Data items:
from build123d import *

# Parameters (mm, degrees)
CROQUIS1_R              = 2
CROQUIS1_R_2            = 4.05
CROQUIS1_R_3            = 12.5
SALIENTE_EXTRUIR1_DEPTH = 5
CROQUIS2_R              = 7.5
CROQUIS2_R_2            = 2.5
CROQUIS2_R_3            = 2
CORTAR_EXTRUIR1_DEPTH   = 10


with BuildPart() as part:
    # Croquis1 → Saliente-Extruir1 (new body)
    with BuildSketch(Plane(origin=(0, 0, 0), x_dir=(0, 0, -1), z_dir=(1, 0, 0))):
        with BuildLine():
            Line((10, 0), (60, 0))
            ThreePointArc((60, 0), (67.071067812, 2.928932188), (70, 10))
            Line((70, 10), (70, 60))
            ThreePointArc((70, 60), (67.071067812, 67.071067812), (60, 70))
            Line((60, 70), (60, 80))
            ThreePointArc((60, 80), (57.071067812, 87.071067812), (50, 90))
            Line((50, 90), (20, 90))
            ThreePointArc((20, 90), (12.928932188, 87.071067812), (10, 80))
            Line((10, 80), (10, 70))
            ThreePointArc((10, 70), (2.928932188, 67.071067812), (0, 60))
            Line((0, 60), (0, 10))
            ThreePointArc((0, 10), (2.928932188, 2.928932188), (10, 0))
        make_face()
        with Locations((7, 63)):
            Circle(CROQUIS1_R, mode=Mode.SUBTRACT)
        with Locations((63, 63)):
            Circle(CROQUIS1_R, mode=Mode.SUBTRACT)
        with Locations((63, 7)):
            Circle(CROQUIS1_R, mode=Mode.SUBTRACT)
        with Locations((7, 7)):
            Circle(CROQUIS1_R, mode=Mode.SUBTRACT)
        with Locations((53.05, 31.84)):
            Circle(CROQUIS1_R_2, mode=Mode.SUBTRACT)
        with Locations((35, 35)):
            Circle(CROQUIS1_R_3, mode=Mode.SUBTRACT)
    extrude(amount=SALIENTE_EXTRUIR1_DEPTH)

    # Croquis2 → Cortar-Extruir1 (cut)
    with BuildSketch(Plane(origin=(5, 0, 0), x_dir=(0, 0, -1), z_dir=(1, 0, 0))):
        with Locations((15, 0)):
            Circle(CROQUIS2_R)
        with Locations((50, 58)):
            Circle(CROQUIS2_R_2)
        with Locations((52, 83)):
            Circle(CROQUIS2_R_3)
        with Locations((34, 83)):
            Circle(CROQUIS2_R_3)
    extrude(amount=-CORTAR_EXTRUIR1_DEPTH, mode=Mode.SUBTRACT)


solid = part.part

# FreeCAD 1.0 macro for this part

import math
import FreeCAD as App
import Part
import Sketcher
Q = App.Units.Quantity

doc = App.newDocument("Part")
body = doc.addObject("PartDesign::Body", "Body")

sketch1 = doc.addObject("Sketcher::SketchObject", "Sketch")
body.addObject(sketch1)
sketch1.AttachmentSupport = (doc.YZ_Plane, [""])
sketch1.MapMode = "FlatFace"
sketch1.addGeometry([
    Part.LineSegment(App.Vector(0, -10, 0), App.Vector(0, -60, 0)),
    Part.ArcOfCircle(Part.Circle(App.Vector(10, -60, 0), App.Vector(0, 0, 1), 10), math.radians(180), math.radians(270)),
    Part.LineSegment(App.Vector(10, -70, 0), App.Vector(60, -70, 0)),
    Part.ArcOfCircle(Part.Circle(App.Vector(60, -60, 0), App.Vector(0, 0, 1), 10), math.radians(-90), math.radians(0)),
    Part.LineSegment(App.Vector(70, -60, 0), App.Vector(80, -60, 0)),
    Part.ArcOfCircle(Part.Circle(App.Vector(80, -50, 0), App.Vector(0, 0, 1), 10), math.radians(-90), math.radians(0)),
    Part.LineSegment(App.Vector(90, -50, 0), App.Vector(90, -20, 0)),
    Part.ArcOfCircle(Part.Circle(App.Vector(80, -20, 0), App.Vector(0, 0, 1), 10), math.radians(0), math.radians(90)),
    Part.LineSegment(App.Vector(80, -10, 0), App.Vector(70, -10, 0)),
    Part.ArcOfCircle(Part.Circle(App.Vector(60, -10, 0), App.Vector(0, 0, 1), 10), math.radians(0), math.radians(90)),
    Part.LineSegment(App.Vector(60, 0, 0), App.Vector(10, 0, 0)),
    Part.ArcOfCircle(Part.Circle(App.Vector(10, -10, 0), App.Vector(0, 0, 1), 10), math.radians(90), math.radians(180)),
    Part.Circle(App.Vector(7, -7, 0), App.Vector(0, 0, 1), 2),
    Part.Circle(App.Vector(7, -63, 0), App.Vector(0, 0, 1), 2),
    Part.Circle(App.Vector(31.8, -53, 0), App.Vector(0, 0, 1), 4),
    Part.Circle(App.Vector(63, -7, 0), App.Vector(0, 0, 1), 2),
    Part.Circle(App.Vector(35, -35, 0), App.Vector(0, 0, 1), 12.5),
    Part.Circle(App.Vector(63, -63, 0), App.Vector(0, 0, 1), 2),
], False)
sketch1.addConstraint([
    Sketcher.Constraint("Tangent", 0, 2, 1, 1),
    Sketcher.Constraint("Tangent", 1, 2, 2, 1),
    Sketcher.Constraint("Tangent", 2, 2, 3, 1),
    Sketcher.Constraint("Coincident", 3, 2, 4, 1),
    Sketcher.Constraint("Tangent", 4, 2, 5, 1),
    Sketcher.Constraint("Tangent", 5, 2, 6, 1),
    Sketcher.Constraint("Tangent", 6, 2, 7, 1),
    Sketcher.Constraint("Tangent", 7, 2, 8, 1),
    Sketcher.Constraint("Coincident", 8, 2, 9, 1),
    Sketcher.Constraint("Tangent", 9, 2, 10, 1),
    Sketcher.Constraint("Tangent", 10, 2, 11, 1),
    Sketcher.Constraint("Tangent", 11, 2, 0, 1),
    Sketcher.Constraint("Vertical", 0),
    Sketcher.Constraint("Horizontal", 2),
    Sketcher.Constraint("Horizontal", 4),
    Sketcher.Constraint("Vertical", 6),
    Sketcher.Constraint("Horizontal", 8),
    Sketcher.Constraint("Horizontal", 10),
    Sketcher.Constraint("Equal", 1, 3),
    Sketcher.Constraint("Equal", 3, 5),
    Sketcher.Constraint("Equal", 5, 7),
    Sketcher.Constraint("Equal", 7, 9),
    Sketcher.Constraint("Equal", 9, 11),
    Sketcher.Constraint("Equal", 12, 13),
    Sketcher.Constraint("Equal", 13, 15),
    Sketcher.Constraint("Equal", 15, 17),
    Sketcher.Constraint("PointOnObject", 0, 2, -2),
    Sketcher.Constraint("PointOnObject", 9, 2, -1),
    Sketcher.Constraint("Horizontal", 12, 3, 15, 3),
    Sketcher.Constraint("Horizontal", 13, 3, 17, 3),
    Sketcher.Constraint("Horizontal", 0, 2, 3, 2),
    Sketcher.Constraint("Horizontal", 11, 3, 7, 2),
    Sketcher.Constraint("Vertical", 3, 3, 9, 3),
    Sketcher.Constraint("Vertical", 12, 3, 13, 3),
    Sketcher.Constraint("Vertical", 15, 3, 17, 3),
    Sketcher.Constraint("Equal", 10, 0),
    Sketcher.Constraint("Diameter", 12, Q("4 mm")),
    Sketcher.Constraint("Diameter", 16, Q("25 mm")),
    Sketcher.Constraint("Radius", 1, Q("10 mm")),
    Sketcher.Constraint("Diameter", 14, Q("8.1 mm")),
    Sketcher.Constraint("DistanceX", 2, 1, 2, 2, Q("50 mm")),
    Sketcher.Constraint("DistanceX", 4, 1, 4, 2, Q("10 mm")),
    Sketcher.Constraint("DistanceX", -1, 1, 12, 3, Q("7 mm")),
    Sketcher.Constraint("DistanceY", 12, 3, -1, 1, Q("7 mm")),
    Sketcher.Constraint("DistanceY", 13, 3, -1, 1, Q("63 mm")),
    Sketcher.Constraint("DistanceX", -1, 1, 15, 3, Q("63 mm")),
    Sketcher.Constraint("DistanceX", -1, 1, 16, 3, Q("35 mm")),
    Sketcher.Constraint("DistanceY", 16, 3, -1, 1, Q("35 mm")),
    Sketcher.Constraint("DistanceX", -1, 1, 14, 3, Q("31.84 mm")),
    Sketcher.Constraint("DistanceY", 14, 3, -1, 1, Q("53.05 mm")),
])
pad1 = doc.addObject("PartDesign::Pad", "Pad")
body.addObject(pad1)
pad1.Profile = sketch1
pad1.Length = 5

sketch2 = doc.addObject("Sketcher::SketchObject", "Sketch001")
body.addObject(sketch2)
sketch2.AttachmentSupport = (doc.YZ_Plane, [""])
sketch2.MapMode = "FlatFace"
sketch2.AttachmentOffset = App.Placement(App.Vector(0, 0, 5), App.Rotation())
sketch2.addGeometry([
    Part.Circle(App.Vector(0, -15, 0), App.Vector(0, 0, 1), 7.5),
    Part.Circle(App.Vector(58, -50, 0), App.Vector(0, 0, 1), 2.5),
    Part.Circle(App.Vector(83, -52, 0), App.Vector(0, 0, 1), 2),
    Part.Circle(App.Vector(83, -34, 0), App.Vector(0, 0, 1), 2),
], False)
sketch2.addConstraint([
    Sketcher.Constraint("Equal", 2, 3),
    Sketcher.Constraint("PointOnObject", 0, 3, -2),
    Sketcher.Constraint("Vertical", 2, 3, 3, 3),
    Sketcher.Constraint("Diameter", 0, Q("15 mm")),
    Sketcher.Constraint("Diameter", 1, Q("5 mm")),
    Sketcher.Constraint("Diameter", 2, Q("4 mm")),
    Sketcher.Constraint("DistanceY", 0, 3, -1, 1, Q("15 mm")),
    Sketcher.Constraint("DistanceX", -1, 1, 1, 3, Q("58 mm")),
    Sketcher.Constraint("DistanceY", 1, 3, -1, 1, Q("50 mm")),
    Sketcher.Constraint("DistanceX", -1, 1, 2, 3, Q("83 mm")),
    Sketcher.Constraint("DistanceY", 2, 3, -1, 1, Q("52 mm")),
    Sketcher.Constraint("DistanceY", 3, 3, -1, 1, Q("34 mm")),
])
pocket1 = doc.addObject("PartDesign::Pocket", "Pocket")
body.addObject(pocket1)
pocket1.Profile = sketch2
pocket1.Length = 10

doc.recompute()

__Task goal__: What are the lines above, starting at the one with "# Croquis2 → Cortar-Extruir1 (cut)" and ending at the one with "# FreeCAD 1.0 macro for this part"? Give them again exactly, and only them.

__Finished task__:
    # Croquis2 → Cortar-Extruir1 (cut)
    with BuildSketch(Plane(origin=(5, 0, 0), x_dir=(0, 0, -1), z_dir=(1, 0, 0))):
        with Locations((15, 0)):
            Circle(CROQUIS2_R)
        with Locations((50, 58)):
            Circle(CROQUIS2_R_2)
        with Locations((52, 83)):
            Circle(CROQUIS2_R_3)
        with Locations((34, 83)):
            Circle(CROQUIS2_R_3)
    extrude(amount=-CORTAR_EXTRUIR1_DEPTH, mode=Mode.SUBTRACT)


solid = part.part

# FreeCAD 1.0 macro for this part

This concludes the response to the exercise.